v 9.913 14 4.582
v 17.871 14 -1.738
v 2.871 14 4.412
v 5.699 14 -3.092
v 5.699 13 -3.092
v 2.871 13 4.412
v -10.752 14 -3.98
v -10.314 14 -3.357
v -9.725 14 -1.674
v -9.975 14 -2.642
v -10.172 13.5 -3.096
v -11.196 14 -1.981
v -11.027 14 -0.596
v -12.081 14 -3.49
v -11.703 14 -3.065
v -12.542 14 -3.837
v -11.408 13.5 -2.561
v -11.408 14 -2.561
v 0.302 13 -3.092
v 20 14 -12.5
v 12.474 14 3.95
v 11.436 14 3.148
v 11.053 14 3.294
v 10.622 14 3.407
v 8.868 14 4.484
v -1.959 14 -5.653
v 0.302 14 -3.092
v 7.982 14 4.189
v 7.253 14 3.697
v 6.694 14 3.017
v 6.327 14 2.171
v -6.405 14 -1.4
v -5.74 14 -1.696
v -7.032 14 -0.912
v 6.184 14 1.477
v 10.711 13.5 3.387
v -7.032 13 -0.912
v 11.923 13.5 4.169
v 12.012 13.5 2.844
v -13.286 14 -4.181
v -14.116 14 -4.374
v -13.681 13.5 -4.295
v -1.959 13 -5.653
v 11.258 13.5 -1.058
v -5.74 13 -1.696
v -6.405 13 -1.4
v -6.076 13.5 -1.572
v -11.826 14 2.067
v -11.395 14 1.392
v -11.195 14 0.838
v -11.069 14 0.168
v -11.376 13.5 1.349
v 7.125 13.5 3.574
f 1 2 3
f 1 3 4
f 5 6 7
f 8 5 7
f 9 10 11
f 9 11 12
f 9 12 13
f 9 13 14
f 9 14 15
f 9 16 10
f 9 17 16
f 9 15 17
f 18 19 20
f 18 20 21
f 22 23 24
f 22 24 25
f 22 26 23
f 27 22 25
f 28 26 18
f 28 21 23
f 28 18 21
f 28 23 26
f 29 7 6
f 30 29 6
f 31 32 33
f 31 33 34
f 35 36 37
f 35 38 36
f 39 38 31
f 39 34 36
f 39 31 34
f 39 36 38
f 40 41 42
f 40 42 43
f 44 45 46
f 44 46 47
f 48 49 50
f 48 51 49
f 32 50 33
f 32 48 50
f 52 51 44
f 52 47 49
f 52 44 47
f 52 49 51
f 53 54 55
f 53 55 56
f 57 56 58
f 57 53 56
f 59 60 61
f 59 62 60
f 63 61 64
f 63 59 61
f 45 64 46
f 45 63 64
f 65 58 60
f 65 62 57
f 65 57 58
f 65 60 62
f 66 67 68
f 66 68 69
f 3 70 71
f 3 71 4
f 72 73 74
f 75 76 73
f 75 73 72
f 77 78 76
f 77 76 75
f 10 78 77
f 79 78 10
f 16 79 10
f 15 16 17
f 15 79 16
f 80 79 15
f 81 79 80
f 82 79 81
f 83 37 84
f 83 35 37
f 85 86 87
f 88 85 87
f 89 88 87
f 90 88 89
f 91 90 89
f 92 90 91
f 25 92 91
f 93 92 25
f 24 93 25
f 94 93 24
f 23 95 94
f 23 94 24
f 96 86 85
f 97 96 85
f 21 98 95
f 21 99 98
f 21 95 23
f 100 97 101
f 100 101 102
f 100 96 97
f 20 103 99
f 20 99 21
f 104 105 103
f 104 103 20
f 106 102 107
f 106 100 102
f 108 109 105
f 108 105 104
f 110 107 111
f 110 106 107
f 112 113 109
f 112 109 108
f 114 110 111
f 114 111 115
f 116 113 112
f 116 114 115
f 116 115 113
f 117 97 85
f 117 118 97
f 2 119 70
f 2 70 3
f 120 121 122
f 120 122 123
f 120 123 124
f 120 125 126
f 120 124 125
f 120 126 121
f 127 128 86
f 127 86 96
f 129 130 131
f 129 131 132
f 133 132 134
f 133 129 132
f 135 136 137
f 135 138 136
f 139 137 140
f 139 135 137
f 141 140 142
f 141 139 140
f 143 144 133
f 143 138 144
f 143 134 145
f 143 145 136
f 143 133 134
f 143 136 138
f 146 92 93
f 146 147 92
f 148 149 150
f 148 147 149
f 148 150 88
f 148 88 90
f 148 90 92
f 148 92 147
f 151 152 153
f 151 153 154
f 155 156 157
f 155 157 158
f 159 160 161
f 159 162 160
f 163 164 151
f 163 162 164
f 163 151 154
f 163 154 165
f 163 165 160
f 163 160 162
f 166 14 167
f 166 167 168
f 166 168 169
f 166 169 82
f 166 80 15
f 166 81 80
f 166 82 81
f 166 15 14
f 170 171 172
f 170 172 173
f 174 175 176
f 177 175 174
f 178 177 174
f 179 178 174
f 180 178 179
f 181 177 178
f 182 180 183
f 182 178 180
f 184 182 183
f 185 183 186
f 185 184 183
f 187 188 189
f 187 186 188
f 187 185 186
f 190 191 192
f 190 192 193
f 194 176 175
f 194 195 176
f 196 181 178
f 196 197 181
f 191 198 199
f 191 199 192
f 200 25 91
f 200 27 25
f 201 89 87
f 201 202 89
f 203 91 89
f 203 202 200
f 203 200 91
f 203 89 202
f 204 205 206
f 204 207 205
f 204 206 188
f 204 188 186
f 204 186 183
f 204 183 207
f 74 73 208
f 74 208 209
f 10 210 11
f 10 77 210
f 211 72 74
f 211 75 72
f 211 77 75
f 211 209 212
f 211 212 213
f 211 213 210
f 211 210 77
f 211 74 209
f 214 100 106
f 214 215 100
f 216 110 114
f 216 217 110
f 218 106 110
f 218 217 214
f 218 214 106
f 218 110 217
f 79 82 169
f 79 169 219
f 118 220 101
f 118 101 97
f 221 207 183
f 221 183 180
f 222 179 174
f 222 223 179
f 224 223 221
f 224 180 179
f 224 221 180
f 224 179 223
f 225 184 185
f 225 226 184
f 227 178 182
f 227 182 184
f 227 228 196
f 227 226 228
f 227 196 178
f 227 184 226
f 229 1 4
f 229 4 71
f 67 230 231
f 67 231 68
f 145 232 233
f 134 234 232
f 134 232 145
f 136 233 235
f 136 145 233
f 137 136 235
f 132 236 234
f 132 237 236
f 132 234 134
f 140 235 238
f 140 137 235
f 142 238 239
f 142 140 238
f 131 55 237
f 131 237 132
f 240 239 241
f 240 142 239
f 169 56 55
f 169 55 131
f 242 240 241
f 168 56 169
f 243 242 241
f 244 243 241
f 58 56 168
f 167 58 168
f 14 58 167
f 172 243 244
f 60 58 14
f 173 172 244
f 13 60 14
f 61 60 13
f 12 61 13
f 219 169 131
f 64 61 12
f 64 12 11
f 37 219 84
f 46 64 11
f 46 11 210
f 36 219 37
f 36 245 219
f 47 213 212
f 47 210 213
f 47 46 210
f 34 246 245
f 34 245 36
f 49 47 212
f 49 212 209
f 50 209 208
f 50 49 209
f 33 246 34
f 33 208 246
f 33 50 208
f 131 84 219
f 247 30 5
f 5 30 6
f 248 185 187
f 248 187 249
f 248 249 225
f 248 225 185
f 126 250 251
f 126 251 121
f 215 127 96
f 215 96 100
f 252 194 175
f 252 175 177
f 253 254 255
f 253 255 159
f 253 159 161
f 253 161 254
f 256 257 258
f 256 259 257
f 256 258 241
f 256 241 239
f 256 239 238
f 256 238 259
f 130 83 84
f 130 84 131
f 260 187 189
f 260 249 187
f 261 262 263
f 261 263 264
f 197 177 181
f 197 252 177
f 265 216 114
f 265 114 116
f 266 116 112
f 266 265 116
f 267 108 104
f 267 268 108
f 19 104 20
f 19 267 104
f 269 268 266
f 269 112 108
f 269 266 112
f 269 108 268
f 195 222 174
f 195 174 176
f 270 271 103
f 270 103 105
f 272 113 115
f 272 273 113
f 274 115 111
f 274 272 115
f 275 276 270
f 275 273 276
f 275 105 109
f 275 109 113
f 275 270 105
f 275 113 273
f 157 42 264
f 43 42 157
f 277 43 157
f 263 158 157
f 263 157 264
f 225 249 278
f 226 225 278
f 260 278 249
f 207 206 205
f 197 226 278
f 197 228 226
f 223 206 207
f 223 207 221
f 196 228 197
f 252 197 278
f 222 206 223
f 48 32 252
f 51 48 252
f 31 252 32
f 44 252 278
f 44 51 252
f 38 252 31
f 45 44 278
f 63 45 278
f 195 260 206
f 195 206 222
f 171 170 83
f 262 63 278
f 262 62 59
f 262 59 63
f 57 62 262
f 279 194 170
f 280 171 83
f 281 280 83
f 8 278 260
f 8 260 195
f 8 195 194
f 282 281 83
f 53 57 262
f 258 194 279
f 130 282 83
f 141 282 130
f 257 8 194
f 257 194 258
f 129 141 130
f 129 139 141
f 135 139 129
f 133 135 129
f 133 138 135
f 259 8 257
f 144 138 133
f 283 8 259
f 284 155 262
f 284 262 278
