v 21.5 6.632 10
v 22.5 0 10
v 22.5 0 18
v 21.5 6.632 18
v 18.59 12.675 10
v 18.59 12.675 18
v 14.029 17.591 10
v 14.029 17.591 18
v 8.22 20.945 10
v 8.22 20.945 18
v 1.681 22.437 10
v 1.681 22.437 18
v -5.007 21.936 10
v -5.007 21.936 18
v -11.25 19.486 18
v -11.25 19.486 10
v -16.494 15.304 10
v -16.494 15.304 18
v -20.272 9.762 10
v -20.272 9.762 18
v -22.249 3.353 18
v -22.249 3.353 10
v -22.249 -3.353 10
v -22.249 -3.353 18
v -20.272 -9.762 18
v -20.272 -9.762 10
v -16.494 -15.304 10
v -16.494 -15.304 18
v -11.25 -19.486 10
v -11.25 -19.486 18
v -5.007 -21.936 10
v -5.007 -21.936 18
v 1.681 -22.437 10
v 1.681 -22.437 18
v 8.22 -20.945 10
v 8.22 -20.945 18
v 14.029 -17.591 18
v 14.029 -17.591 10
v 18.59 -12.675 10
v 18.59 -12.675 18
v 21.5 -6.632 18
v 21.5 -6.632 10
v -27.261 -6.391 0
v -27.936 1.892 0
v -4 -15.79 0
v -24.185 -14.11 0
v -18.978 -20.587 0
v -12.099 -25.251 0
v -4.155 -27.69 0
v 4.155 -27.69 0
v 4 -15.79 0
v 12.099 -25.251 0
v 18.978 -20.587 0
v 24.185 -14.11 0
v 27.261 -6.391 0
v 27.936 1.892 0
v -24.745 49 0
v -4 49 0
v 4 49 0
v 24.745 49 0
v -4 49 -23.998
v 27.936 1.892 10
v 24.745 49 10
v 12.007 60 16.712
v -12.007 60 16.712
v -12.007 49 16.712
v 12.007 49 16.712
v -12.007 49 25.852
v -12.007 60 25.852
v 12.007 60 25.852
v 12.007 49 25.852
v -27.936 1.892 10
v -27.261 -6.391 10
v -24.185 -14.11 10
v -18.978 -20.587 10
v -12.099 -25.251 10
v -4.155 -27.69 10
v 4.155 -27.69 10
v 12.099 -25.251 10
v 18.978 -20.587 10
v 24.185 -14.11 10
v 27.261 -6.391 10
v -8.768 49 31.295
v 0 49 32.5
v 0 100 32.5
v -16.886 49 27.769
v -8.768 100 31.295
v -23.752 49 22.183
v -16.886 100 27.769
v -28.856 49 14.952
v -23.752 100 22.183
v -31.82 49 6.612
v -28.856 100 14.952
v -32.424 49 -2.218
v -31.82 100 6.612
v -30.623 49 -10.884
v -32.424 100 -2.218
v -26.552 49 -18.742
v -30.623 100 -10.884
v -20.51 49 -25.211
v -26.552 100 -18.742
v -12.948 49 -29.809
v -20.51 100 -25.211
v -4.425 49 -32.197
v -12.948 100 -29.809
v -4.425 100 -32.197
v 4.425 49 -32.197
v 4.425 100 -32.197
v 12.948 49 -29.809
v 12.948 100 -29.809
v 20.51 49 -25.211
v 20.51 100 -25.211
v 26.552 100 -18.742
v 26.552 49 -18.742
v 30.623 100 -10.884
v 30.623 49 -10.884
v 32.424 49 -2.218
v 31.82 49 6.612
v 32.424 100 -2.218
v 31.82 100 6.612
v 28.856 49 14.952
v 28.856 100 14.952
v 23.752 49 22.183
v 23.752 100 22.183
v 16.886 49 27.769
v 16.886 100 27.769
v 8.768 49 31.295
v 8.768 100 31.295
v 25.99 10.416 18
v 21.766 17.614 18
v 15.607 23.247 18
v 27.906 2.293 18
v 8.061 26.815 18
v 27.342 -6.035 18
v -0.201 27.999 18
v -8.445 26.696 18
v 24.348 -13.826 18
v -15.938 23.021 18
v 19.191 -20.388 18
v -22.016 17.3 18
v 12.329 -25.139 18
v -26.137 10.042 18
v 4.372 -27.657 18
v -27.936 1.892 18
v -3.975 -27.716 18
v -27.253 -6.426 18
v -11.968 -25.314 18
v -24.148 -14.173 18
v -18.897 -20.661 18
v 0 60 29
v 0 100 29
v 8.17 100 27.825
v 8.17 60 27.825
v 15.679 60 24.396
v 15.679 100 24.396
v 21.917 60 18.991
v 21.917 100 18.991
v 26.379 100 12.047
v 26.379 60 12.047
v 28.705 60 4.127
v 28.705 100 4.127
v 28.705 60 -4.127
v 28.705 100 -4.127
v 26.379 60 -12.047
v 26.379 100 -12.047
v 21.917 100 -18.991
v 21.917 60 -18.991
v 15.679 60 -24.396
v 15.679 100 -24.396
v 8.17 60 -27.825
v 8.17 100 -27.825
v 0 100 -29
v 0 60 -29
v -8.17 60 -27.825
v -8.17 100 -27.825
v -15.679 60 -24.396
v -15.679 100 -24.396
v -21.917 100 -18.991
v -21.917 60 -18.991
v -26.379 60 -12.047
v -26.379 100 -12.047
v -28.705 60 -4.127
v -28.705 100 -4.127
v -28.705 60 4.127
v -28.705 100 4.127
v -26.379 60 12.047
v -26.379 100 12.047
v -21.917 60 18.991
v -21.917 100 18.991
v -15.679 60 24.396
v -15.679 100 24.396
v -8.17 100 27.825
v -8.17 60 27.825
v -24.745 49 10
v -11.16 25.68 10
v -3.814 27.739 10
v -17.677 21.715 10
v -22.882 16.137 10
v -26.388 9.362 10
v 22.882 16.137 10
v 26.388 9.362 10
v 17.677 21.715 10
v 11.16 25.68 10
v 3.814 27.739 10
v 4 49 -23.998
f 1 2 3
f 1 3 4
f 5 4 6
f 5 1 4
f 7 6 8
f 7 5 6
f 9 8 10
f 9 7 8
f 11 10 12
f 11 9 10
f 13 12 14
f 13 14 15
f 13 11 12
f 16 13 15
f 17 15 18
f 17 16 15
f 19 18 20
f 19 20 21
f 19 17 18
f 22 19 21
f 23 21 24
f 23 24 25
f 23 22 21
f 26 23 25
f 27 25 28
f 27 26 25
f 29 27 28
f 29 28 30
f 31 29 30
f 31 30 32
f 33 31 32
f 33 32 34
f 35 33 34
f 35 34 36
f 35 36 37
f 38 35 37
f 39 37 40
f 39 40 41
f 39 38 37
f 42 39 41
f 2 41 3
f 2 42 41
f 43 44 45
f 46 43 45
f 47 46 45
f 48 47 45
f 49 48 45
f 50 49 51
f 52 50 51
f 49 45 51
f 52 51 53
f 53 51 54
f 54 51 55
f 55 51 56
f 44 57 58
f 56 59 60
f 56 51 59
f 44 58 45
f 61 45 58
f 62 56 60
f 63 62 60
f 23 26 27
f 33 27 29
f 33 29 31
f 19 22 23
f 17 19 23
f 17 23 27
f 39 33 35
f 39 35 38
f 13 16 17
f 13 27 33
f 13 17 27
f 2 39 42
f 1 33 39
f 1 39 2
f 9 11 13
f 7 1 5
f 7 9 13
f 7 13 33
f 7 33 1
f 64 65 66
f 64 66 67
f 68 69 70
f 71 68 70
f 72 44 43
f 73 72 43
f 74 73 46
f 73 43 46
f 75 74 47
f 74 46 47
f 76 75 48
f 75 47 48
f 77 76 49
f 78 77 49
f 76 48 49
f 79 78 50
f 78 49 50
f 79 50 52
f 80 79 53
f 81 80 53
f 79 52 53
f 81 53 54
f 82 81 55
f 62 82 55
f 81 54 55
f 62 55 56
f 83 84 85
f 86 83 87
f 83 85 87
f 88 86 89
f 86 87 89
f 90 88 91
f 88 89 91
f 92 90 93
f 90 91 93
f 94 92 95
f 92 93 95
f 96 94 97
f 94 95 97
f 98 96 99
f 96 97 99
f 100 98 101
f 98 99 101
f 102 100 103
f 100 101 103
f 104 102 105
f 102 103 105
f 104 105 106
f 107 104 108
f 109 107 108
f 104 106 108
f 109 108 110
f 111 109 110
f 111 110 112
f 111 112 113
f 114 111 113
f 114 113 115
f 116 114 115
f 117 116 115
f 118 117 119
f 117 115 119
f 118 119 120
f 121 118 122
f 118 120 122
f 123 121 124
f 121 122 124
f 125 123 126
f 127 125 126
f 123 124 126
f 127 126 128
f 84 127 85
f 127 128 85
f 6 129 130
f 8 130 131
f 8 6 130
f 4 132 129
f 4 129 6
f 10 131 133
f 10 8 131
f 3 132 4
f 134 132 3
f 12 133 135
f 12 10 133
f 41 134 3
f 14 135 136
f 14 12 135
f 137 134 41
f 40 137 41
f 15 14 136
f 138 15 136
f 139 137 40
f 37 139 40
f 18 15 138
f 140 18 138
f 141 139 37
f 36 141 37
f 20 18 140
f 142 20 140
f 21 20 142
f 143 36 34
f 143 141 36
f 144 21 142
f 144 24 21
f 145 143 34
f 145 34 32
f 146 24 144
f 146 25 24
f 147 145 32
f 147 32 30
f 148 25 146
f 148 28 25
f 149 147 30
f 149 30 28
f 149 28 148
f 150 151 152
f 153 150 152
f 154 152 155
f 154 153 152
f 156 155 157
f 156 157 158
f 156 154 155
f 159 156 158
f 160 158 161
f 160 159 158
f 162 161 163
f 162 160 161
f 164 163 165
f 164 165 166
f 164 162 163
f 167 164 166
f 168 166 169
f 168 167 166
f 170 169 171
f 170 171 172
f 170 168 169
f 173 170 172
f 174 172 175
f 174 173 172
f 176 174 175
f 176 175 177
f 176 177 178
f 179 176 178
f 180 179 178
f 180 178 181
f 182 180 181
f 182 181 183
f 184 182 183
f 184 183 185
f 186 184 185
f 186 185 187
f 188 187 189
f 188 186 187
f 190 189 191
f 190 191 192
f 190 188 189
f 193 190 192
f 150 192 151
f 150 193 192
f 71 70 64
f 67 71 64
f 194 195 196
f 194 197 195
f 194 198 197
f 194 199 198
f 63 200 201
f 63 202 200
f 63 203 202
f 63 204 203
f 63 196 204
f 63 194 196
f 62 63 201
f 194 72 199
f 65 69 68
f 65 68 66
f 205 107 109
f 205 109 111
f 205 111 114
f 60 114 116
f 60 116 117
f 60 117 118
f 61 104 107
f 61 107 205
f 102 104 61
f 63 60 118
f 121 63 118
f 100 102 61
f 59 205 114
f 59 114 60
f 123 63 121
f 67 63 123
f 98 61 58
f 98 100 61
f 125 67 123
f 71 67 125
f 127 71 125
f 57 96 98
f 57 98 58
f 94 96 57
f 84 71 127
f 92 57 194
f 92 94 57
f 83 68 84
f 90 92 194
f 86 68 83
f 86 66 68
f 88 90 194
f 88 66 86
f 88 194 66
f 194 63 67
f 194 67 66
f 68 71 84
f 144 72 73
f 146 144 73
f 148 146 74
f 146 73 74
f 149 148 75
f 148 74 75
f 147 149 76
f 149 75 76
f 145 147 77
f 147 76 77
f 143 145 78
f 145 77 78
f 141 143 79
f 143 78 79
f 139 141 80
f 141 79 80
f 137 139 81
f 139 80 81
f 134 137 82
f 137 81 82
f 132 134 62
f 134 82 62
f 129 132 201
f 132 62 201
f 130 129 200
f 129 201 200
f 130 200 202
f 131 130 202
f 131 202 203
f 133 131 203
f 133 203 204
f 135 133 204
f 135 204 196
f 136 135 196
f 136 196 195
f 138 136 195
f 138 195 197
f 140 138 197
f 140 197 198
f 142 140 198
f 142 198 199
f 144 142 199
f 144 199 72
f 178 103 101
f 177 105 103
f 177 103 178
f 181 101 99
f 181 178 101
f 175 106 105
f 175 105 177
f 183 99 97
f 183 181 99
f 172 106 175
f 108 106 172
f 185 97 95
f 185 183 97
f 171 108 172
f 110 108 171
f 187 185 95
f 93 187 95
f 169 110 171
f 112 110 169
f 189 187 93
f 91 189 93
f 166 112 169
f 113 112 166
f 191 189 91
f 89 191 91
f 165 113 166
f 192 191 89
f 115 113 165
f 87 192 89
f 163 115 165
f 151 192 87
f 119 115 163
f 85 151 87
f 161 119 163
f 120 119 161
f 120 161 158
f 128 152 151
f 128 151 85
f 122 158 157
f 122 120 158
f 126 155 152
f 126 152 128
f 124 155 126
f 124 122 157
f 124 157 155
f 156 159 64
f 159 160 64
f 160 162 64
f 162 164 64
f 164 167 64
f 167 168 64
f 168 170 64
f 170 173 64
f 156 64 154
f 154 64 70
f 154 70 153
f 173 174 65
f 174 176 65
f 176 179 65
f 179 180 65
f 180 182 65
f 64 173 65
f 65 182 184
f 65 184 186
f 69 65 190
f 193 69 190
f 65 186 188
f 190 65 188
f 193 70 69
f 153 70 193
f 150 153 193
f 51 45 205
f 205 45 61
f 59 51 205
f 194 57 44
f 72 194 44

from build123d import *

# Parameters (mm, degrees)
EXTRUDE_1_DEPTH     = 10
SKETCH_2_R          = 28
SKETCH_2_R_2        = 22.5
EXTRUDE_2_DEPTH     = 8
SKETCH_3_R          = 32.5
SKETCH_3_R_2        = 29
EXTRUDE_3_DEPTH     = 40
SKETCH_4_R          = 32.5
EXTRUDE_4_DEPTH     = 11
RIB_4_REACH         = 112.057
SKETCH_5_WALL_W     = 291.205309728
SKETCH_5_WALL_H     = 8
SKETCH_6_W          = 24.014667972
SKETCH_6_H          = 9.139910945
CUT_EXTRUDE_1_DEPTH = 16


with BuildPart() as part:
    # 草图1 → 凸台-拉伸1 (new body)
    with BuildSketch(Plane.XY):
        with BuildLine():
            Line((0, 60), (-24, 60))
            Line((-24, 60), (-27.935985851, 1.892272326))
            ThreePointArc((-27.935985851, 1.892272326), (0, -28), (27.935985851, 1.892272326))
            Line((27.935985851, 1.892272326), (24, 60))
            Line((24, 60), (0, 60))
        make_face()
    extrude(amount=EXTRUDE_1_DEPTH)

    # 草图2 → 凸台-拉伸2 (add)
    with BuildSketch(Plane.XY.offset(10)):
        with Locations(Location((0, 0, 0), (0, 0, 176.124931535))):
            Circle(SKETCH_2_R)
        Circle(SKETCH_2_R_2, mode=Mode.SUBTRACT)
    extrude(amount=EXTRUDE_2_DEPTH)



with BuildPart() as body_2:
    # 草图3 → 凸台-拉伸3 (new body)
    with BuildSketch(Plane(origin=(0, 60, 0), x_dir=(1, 0, 0), z_dir=(0, 1, 0))):
        with Locations(Location((0, 0, 0), (0, 0, 270))):
            Circle(SKETCH_3_R)
        with Locations(Location((0, 0, 0), (0, 0, 270))):
            Circle(SKETCH_3_R_2, mode=Mode.SUBTRACT)
    extrude(amount=EXTRUDE_3_DEPTH)


with BuildPart() as part_1:
    add(part.part)

    add(body_2.part)  # 凸台-拉伸4 merges body 2
    # 草图4 → 凸台-拉伸4 (add)
    with BuildSketch(Plane.XZ.offset(-60)):
        with Locations(Location((0, 0, 0), (0, 0, 90))):
            Circle(SKETCH_4_R)
    extrude(amount=EXTRUDE_4_DEPTH)

    # 草图5 wall → 筋4 (add, up to next)
    with BuildSketch(Plane(origin=(0, 16.604964226, -11.999062573), x_dir=(0, 0.937740264285, -0.347337295346), z_dir=(0, 0.347337295346, 0.937740264285)), mode=Mode.PRIVATE) as rib_4_sk1:
        Rectangle(SKETCH_5_WALL_W, SKETCH_5_WALL_H)
    rib_4_tool1 = extrude(rib_4_sk1.sketch, amount=RIB_4_REACH, mode=Mode.PRIVATE) - part_1.part
    add(rib_4_tool1.solids().sort_by_distance((0, 16.604964226, -11.999062573))[0])

    # 草图6 → 切除-拉伸1 (cut)
    with BuildSketch(Plane(origin=(0, 60, 0), x_dir=(1, 0, 0), z_dir=(0, 1, 0))):
        with Locations((0, -21.281655386)):
            Rectangle(SKETCH_6_W, SKETCH_6_H)
    extrude(amount=-CUT_EXTRUDE_1_DEPTH, mode=Mode.SUBTRACT)


solid = part_1.part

# [Work task]
Search the listing above for the lines with "f 211 77 75" and "f 167 58 168", then output those lines and all lines between them exactly.

# [Written solution]
f 211 77 75
f 211 209 212
f 211 212 213
f 211 213 210
f 211 210 77
f 211 74 209
f 214 100 106
f 214 215 100
f 216 110 114
f 216 217 110
f 218 106 110
f 218 217 214
f 218 214 106
f 218 110 217
f 79 82 169
f 79 169 219
f 118 220 101
f 118 101 97
f 221 207 183
f 221 183 180
f 222 179 174
f 222 223 179
f 224 223 221
f 224 180 179
f 224 221 180
f 224 179 223
f 225 184 185
f 225 226 184
f 227 178 182
f 227 182 184
f 227 228 196
f 227 226 228
f 227 196 178
f 227 184 226
f 229 1 4
f 229 4 71
f 67 230 231
f 67 231 68
f 145 232 233
f 134 234 232
f 134 232 145
f 136 233 235
f 136 145 233
f 137 136 235
f 132 236 234
f 132 237 236
f 132 234 134
f 140 235 238
f 140 137 235
f 142 238 239
f 142 140 238
f 131 55 237
f 131 237 132
f 240 239 241
f 240 142 239
f 169 56 55
f 169 55 131
f 242 240 241
f 168 56 169
f 243 242 241
f 244 243 241
f 58 56 168
f 167 58 168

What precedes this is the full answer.